- Olga Georges-Picot and Donald Pleasence in a scene from the film
- Directed by: David Hart
- Written by: David Hart Michael Josef
- Produced by: Stanley Baker Michael Deeley
- Starring: Peter McEnery Donald Pleasence
- Cinematography: Brian Probyn
- Edited by: Peter Pitt
- Music by: Johnny Dankworth
- Production companies: Oakhurst Productions Paramount Pictures Telstar Productions
- Release date: 1968;
- Running time: 89 minutes
- Country: United Kingdom
- Language: English
- Budget: £80,000

= The Other People (film) =

The Other People (also known as Sleep Is Lovely and I Love You, I Hate You) is a 1968 British film directed by David Hart and starring Peter McEnery, Donald Pleasence and Olga Georges-Picot. It was written by Hart and Michael Josef. The film appears to have never been released, and is considered a lost film.

==Plot==
Peter can't get over his ex-girlfriend Elsa even though they broke up over a year ago. He spends all his time on a barge owned by his friend John and John's younger brother Colin. One morning Peter, John and Colin see a middle aged man, Clive, fall out of a motor cruiser into the water.

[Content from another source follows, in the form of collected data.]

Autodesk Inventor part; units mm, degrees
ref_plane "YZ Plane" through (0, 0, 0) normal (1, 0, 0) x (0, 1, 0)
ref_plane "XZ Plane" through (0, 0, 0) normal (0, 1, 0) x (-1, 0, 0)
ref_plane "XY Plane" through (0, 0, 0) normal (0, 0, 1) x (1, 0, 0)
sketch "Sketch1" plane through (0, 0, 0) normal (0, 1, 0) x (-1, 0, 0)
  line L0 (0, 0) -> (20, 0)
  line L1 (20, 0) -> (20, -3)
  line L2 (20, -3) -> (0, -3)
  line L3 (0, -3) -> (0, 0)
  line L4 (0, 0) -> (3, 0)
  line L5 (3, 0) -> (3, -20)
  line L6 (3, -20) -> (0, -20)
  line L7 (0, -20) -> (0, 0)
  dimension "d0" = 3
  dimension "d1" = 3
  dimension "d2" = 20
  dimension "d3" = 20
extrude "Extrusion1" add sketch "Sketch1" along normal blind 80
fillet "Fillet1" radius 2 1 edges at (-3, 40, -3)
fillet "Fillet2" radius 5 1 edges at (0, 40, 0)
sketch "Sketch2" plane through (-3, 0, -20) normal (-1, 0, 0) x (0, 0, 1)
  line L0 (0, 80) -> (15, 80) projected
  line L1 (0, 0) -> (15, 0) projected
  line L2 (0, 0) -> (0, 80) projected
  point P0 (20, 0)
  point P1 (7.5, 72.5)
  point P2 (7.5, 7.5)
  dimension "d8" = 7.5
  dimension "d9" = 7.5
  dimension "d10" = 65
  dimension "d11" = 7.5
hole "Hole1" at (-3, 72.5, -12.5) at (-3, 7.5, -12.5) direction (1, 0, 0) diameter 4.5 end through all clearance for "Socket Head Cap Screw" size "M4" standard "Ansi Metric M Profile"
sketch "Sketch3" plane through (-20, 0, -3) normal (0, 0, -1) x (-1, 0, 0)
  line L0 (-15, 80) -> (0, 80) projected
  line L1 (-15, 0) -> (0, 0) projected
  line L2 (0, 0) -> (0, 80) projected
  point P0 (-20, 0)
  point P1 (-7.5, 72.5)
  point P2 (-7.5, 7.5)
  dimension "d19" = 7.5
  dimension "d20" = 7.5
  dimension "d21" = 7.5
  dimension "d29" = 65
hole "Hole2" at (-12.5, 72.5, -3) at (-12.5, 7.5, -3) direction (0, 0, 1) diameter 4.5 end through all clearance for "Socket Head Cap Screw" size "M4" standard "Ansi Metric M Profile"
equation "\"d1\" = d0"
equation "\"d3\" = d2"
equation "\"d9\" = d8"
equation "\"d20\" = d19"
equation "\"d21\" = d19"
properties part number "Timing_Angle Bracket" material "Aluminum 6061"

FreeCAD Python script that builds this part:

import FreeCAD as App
import Part
import Sketcher
from FreeCAD import Vector


def edges_at(feature, points):
    """Names of the edges that pass closest to the given points."""
    edges = feature.Shape.Edges
    near = lambda p: min(range(len(edges)), key=lambda i: edges[i].distToShape(Part.Vertex(*p))[0])
    return sorted({f"Edge{near(p) + 1}" for p in points})


def add_polygon(sketch, points):
    """Adds a closed chain of lines whose ends are joined by coincident constraints."""
    first, n = sketch.GeometryCount, len(points)
    for a, b in zip(points, points[1:] + points[:1]):
        sketch.addGeometry(Part.LineSegment(App.Vector(*a, 0), App.Vector(*b, 0)), False)
    for i in range(n):
        sketch.addConstraint(Sketcher.Constraint("Coincident", first + i, 2, first + (i + 1) % n, 1))

doc = App.newDocument("Part")
body = doc.addObject("PartDesign::Body", "Body")

# Sketch on XZ plane
sketch1 = body.newObject("Sketcher::SketchObject", "Sketch")
sketch1.AttachmentSupport = (doc.getObject("XZ_Plane"), [""])
sketch1.MapMode = "FlatFace"
add_polygon(sketch1, [(0, 0), (0, -20), (-3, -20), (-3, -3), (-20, -3), (-20, 0)])  # lines 0-5
sketch1.addConstraint(Sketcher.Constraint("Vertical", 0))
sketch1.addConstraint(Sketcher.Constraint("Horizontal", 1))
sketch1.addConstraint(Sketcher.Constraint("Vertical", 2))
sketch1.addConstraint(Sketcher.Constraint("Horizontal", 3))
sketch1.addConstraint(Sketcher.Constraint("Vertical", 4))
sketch1.addConstraint(Sketcher.Constraint("Horizontal", 5))
sketch1.addConstraint(Sketcher.Constraint("Coincident", 5, 2, -1, 1))
sketch1.addConstraint(Sketcher.Constraint("Equal", 5, 0))
sketch1.addConstraint(Sketcher.Constraint("Equal", 3, 2))
sketch1.addConstraint(Sketcher.Constraint("DistanceX", 1, 2, 1, 1, 3.0))
sketch1.addConstraint(Sketcher.Constraint("DistanceX", 5, 1, 5, 2, 20.0))
pad1 = body.newObject("PartDesign::Pad", "Pad")
pad1.Profile = sketch1
pad1.Length = 80
pad1.Reversed = True
doc.recompute()

fillet = body.newObject("PartDesign::Fillet", "Fillet")
fillet.Base = (pad1, edges_at(pad1, [(-3, 40, -3)]))
fillet.Radius = 2
doc.recompute()

fillet2 = body.newObject("PartDesign::Fillet", "Fillet001")
fillet2.Base = (fillet, edges_at(fillet, [(0, 40, 0)]))
fillet2.Radius = 5

# Sketch on YZ plane
sketch2 = body.newObject("Sketcher::SketchObject", "Sketch001")
sketch2.AttachmentSupport = (doc.getObject("YZ_Plane"), [""])
sketch2.MapMode = "FlatFace"
sketch2.AttachmentOffset = App.Placement(Vector(0, 0, -3), App.Rotation())
sketch2.addGeometry(Part.Circle(Vector(72.5, -12.5, 0), Vector(0, 0, 1), 2.2), False)
sketch2.addGeometry(Part.Circle(Vector(7.5, -12.5, 0), Vector(0, 0, 1), 2.2), False)
sketch2.addConstraint(Sketcher.Constraint("Equal", 0, 1))
sketch2.addConstraint(Sketcher.Constraint("Horizontal", 0, 3, 1, 3))
sketch2.addConstraint(Sketcher.Constraint("Diameter", 0, 4.5))
sketch2.addConstraint(Sketcher.Constraint("DistanceX", 1, 3, 0, 3, 65.0))
sketch2.addConstraint(Sketcher.Constraint("DistanceX", -1, 1, 0, 3, 72.5))
sketch2.addConstraint(Sketcher.Constraint("DistanceY", 0, 3, -1, 1, 12.5))
doc.recompute()
hole = body.newObject("PartDesign::Hole", "Hole")
hole.Profile = sketch2
hole.ThreadType = "None"
hole.Diameter = 4.5
hole.DepthType = "ThroughAll"
hole.Reversed = True

# Sketch on XY plane
sketch3 = body.newObject("Sketcher::SketchObject", "Sketch002")
sketch3.AttachmentSupport = (doc.getObject("XY_Plane"), [""])
sketch3.MapMode = "FlatFace"
sketch3.AttachmentOffset = App.Placement(Vector(0, 0, -3), App.Rotation())
sketch3.addGeometry(Part.Circle(Vector(-12.5, 72.5, 0), Vector(0, 0, 1), 2.2), False)
sketch3.addGeometry(Part.Circle(Vector(-12.5, 7.5, 0), Vector(0, 0, 1), 2.2), False)
sketch3.addConstraint(Sketcher.Constraint("Equal", 0, 1))
sketch3.addConstraint(Sketcher.Constraint("Vertical", 0, 3, 1, 3))
sketch3.addConstraint(Sketcher.Constraint("Diameter", 0, 4.5))
sketch3.addConstraint(Sketcher.Constraint("DistanceY", 1, 3, 0, 3, 65.0))
sketch3.addConstraint(Sketcher.Constraint("DistanceX", 0, 3, -1, 1, 12.5))
sketch3.addConstraint(Sketcher.Constraint("DistanceY", -1, 1, 0, 3, 72.5))
doc.recompute()
hole2 = body.newObject("PartDesign::Hole", "Hole001")
hole2.Profile = sketch3
hole2.ThreadType = "None"
hole2.Diameter = 4.5
hole2.DepthType = "ThroughAll"
hole2.Reversed = True

doc.recompute()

They rescue him and decide to ransom him for £1,000. Peter and Elsa are-reunited but Elsa then commences an affair with Colin. Clive turns out to be Elsa's father.

==Cast==
- Peter McEnery as Peter
- Donald Pleasence as Clive, Elsa's father
- Olga Georges-Picot as Elsa
- John McEnery as John
- George Coulouris as police inspector
- Bruce Robinson as Colin
- Colin Jeavons as butler
- William Ellis as Royal Marines officer
- Virginia Wetherell as girl at airport

==Production==
Producer Michael Deeley said director David Hart "was one of the cleverest men I have met and when he decided to be a film director it seemed like a good idea for me to help him." The film was set up at Deeley's Oakhurst Productions and financed by Paramount Pictures as part of a low-budget film state ordered by the studio's new owner, Charles Bluhdorn.

The film was passed to the BBFC for certification in September 1968, but despite the cast involved and backing of Oakhurst Productions and Paramount Pictures, it does not appear to have had a trade screening, been shown to a paying audience, screened on TV or released on video.